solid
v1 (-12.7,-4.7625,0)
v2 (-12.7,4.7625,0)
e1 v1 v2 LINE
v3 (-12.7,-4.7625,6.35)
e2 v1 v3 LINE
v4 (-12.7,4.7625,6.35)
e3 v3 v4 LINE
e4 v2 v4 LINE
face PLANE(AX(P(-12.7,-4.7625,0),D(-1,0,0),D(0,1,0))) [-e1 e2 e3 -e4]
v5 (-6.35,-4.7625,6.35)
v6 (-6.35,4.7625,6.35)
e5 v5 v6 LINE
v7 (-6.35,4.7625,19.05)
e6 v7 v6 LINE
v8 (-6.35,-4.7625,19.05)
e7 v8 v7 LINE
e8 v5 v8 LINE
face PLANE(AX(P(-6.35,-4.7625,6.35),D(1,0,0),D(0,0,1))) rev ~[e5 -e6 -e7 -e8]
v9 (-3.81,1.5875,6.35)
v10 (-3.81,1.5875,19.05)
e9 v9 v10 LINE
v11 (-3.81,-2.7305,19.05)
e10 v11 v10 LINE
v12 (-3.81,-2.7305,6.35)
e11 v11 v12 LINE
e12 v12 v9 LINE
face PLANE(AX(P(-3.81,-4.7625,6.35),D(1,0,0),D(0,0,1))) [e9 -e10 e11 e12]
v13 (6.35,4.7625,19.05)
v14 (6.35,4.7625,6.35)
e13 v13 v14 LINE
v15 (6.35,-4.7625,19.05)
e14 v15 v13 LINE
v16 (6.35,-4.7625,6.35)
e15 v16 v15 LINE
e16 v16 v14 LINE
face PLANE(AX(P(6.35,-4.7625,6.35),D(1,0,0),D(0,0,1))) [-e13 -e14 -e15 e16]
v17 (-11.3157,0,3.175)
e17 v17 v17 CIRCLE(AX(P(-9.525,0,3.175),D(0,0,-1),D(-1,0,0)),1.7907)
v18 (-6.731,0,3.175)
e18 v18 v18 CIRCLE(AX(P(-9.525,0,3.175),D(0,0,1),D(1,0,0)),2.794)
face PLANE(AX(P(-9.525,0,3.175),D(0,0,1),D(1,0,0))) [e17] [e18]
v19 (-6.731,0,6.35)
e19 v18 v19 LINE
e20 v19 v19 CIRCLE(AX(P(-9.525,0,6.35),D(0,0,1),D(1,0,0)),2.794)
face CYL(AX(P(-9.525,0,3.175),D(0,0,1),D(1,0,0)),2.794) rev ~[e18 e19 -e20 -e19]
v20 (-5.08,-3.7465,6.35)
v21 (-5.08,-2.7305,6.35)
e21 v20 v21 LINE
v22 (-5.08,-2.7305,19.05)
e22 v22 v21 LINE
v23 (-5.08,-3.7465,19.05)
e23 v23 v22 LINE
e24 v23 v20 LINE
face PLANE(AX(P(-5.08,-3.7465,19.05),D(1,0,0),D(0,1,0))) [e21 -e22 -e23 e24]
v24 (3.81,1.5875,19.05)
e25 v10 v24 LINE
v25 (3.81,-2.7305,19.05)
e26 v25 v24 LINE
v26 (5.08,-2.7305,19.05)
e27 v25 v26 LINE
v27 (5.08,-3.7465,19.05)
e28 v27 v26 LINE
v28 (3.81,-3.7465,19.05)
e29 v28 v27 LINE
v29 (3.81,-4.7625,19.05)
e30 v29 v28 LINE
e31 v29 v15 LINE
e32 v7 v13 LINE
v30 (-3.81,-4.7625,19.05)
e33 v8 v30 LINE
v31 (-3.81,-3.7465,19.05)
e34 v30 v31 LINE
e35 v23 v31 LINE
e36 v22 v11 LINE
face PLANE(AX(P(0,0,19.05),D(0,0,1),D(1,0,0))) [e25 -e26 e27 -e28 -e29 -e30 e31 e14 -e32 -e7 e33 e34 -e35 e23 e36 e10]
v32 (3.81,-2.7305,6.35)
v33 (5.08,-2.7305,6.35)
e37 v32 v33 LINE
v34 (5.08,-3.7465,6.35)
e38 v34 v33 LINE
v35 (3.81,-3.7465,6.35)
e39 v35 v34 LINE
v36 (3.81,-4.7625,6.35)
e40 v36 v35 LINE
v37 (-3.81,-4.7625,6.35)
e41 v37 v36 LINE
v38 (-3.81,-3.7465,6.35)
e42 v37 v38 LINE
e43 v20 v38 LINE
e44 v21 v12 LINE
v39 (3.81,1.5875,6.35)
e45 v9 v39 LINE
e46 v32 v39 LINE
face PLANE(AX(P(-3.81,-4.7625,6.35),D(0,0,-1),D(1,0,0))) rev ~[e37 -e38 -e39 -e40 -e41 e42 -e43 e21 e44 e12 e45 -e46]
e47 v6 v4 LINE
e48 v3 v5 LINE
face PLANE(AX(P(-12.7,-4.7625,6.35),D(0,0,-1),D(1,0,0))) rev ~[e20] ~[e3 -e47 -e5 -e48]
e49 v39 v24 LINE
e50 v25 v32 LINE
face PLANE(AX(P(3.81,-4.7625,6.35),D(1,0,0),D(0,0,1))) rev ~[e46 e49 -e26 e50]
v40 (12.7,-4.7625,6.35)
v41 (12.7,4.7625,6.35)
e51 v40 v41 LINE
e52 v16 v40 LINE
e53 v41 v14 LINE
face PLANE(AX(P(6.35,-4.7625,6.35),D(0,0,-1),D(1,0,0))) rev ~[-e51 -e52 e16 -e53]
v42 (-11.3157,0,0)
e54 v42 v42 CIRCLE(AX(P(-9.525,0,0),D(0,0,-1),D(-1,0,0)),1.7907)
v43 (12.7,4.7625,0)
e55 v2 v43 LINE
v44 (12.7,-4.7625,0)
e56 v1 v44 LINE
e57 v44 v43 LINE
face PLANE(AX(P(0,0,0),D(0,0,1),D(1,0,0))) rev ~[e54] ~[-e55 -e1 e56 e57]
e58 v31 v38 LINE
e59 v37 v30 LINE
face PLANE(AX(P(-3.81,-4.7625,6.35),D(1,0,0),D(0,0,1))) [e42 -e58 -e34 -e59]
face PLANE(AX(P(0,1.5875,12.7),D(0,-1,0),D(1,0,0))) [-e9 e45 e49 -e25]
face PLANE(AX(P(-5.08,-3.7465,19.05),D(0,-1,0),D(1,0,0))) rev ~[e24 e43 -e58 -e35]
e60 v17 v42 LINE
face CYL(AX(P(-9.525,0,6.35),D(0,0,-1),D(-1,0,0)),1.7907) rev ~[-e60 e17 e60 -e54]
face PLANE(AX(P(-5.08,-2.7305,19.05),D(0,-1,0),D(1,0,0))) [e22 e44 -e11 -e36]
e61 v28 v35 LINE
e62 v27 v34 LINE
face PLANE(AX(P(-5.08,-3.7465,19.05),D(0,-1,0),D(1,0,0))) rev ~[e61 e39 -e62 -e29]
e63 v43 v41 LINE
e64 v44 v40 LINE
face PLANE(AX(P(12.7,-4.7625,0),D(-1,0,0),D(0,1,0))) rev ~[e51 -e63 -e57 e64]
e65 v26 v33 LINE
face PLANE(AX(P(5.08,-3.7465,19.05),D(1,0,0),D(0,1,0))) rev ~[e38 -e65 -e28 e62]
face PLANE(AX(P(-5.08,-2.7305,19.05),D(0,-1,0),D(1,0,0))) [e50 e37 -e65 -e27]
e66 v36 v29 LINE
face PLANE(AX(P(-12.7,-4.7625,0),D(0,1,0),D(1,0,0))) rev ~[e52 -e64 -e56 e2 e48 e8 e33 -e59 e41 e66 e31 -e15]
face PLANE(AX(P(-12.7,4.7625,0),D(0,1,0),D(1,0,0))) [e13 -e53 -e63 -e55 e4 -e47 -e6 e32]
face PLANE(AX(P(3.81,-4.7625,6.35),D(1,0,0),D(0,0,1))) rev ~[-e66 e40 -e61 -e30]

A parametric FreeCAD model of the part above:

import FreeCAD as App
import Part
import Sketcher
Q = App.Units.Quantity

doc = App.newDocument("Part")
params = doc.addObject("Spreadsheet::Sheet", "Params")
for row, (alias, value) in enumerate([
    ("sketch1_width", "1 in"),
    ("sketch1_height", "0.375 in"),
    ("pad1_length", "0.75 in"),
    ("sketch2_height", "0.5 in"),
    ("sketch2_width", "0.25 in"),
    ("pocket1_length", "1 in"),
    ("sketch3_diameter", "0.141 in"),
    ("hole_diameter", "0.141 in"),
    ("hole_depth", "0.265 in"),
    ("hole_cbore_diameter", "0.22 in"),
    ("hole_cbore_depth", "0.125 in"),
    ("sketch4_width", "0.3 in"),
    ("sketch4_height", "0.5 in"),
    ("pocket2_length", "0.25 in"),
    ("sketch5_width", "0.4 in"),
    ("sketch5_height", "0.04 in"),
    ("pocket3_length", "0.5 in"),
], start=1):
    params.set(f"A{row}", alias)
    params.set(f"B{row}", "=" + value)
    params.setAlias(f"B{row}", alias)

body = doc.addObject("PartDesign::Body", "Body")

sketch1 = body.newObject("Sketcher::SketchObject", "Sketch")
sketch1.AttachmentSupport = (doc.getObject("XY_Plane"), [""])
sketch1.MapMode = "FlatFace"
sketch1.addGeometry(Part.LineSegment(App.Vector(-13, 5, 0), App.Vector(-13, -5, 0)), False)
sketch1.addGeometry(Part.LineSegment(App.Vector(-13, -5, 0), App.Vector(13, -5, 0)), False)
sketch1.addGeometry(Part.LineSegment(App.Vector(13, -5, 0), App.Vector(13, 5, 0)), False)
sketch1.addGeometry(Part.LineSegment(App.Vector(13, 5, 0), App.Vector(-13, 5, 0)), False)
sketch1.addConstraint(Sketcher.Constraint("Coincident", 0, 2, 1, 1))
sketch1.addConstraint(Sketcher.Constraint("Coincident", 1, 2, 2, 1))
sketch1.addConstraint(Sketcher.Constraint("Coincident", 2, 2, 3, 1))
sketch1.addConstraint(Sketcher.Constraint("Coincident", 3, 2, 0, 1))
sketch1.addConstraint(Sketcher.Constraint("Vertical", 0))
sketch1.addConstraint(Sketcher.Constraint("Horizontal", 1))
sketch1.addConstraint(Sketcher.Constraint("Vertical", 2))
sketch1.addConstraint(Sketcher.Constraint("Horizontal", 3))
sketch1.addConstraint(Sketcher.Constraint("Symmetric", 0, 2, 2, 2, -1, 1))
sketch1.addConstraint(Sketcher.Constraint("DistanceX", 1, 1, 1, 2, Q("1 in")))
sketch1.addConstraint(Sketcher.Constraint("DistanceY", 0, 2, 0, 1, Q("0.375 in")))
sketch1.setExpression("Constraints[9]", "Params.sketch1_width")
sketch1.setExpression("Constraints[10]", "Params.sketch1_height")
pad1 = body.newObject("PartDesign::Pad", "Pad")
pad1.Profile = sketch1
pad1.setExpression("Length", "Params.pad1_length")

··········

* [Problem requirements] Please copy the lines above from the line with "face PLANE(AX(P(12.7,-4.7625,0),D(-1,0,0),D(0,1,0))) rev" up to and including the line with "e40 -e61 -e30]", exactly as written and with nothing else.

* [Reply]
face PLANE(AX(P(12.7,-4.7625,0),D(-1,0,0),D(0,1,0))) rev ~[e51 -e63 -e57 e64]
e65 v26 v33 LINE
face PLANE(AX(P(5.08,-3.7465,19.05),D(1,0,0),D(0,1,0))) rev ~[e38 -e65 -e28 e62]
face PLANE(AX(P(-5.08,-2.7305,19.05),D(0,-1,0),D(1,0,0))) [e50 e37 -e65 -e27]
e66 v36 v29 LINE
face PLANE(AX(P(-12.7,-4.7625,0),D(0,1,0),D(1,0,0))) rev ~[e52 -e64 -e56 e2 e48 e8 e33 -e59 e41 e66 e31 -e15]
face PLANE(AX(P(-12.7,4.7625,0),D(0,1,0),D(1,0,0))) [e13 -e53 -e63 -e55 e4 -e47 -e6 e32]
face PLANE(AX(P(3.81,-4.7625,6.35),D(1,0,0),D(0,0,1))) rev ~[-e66 e40 -e61 -e30]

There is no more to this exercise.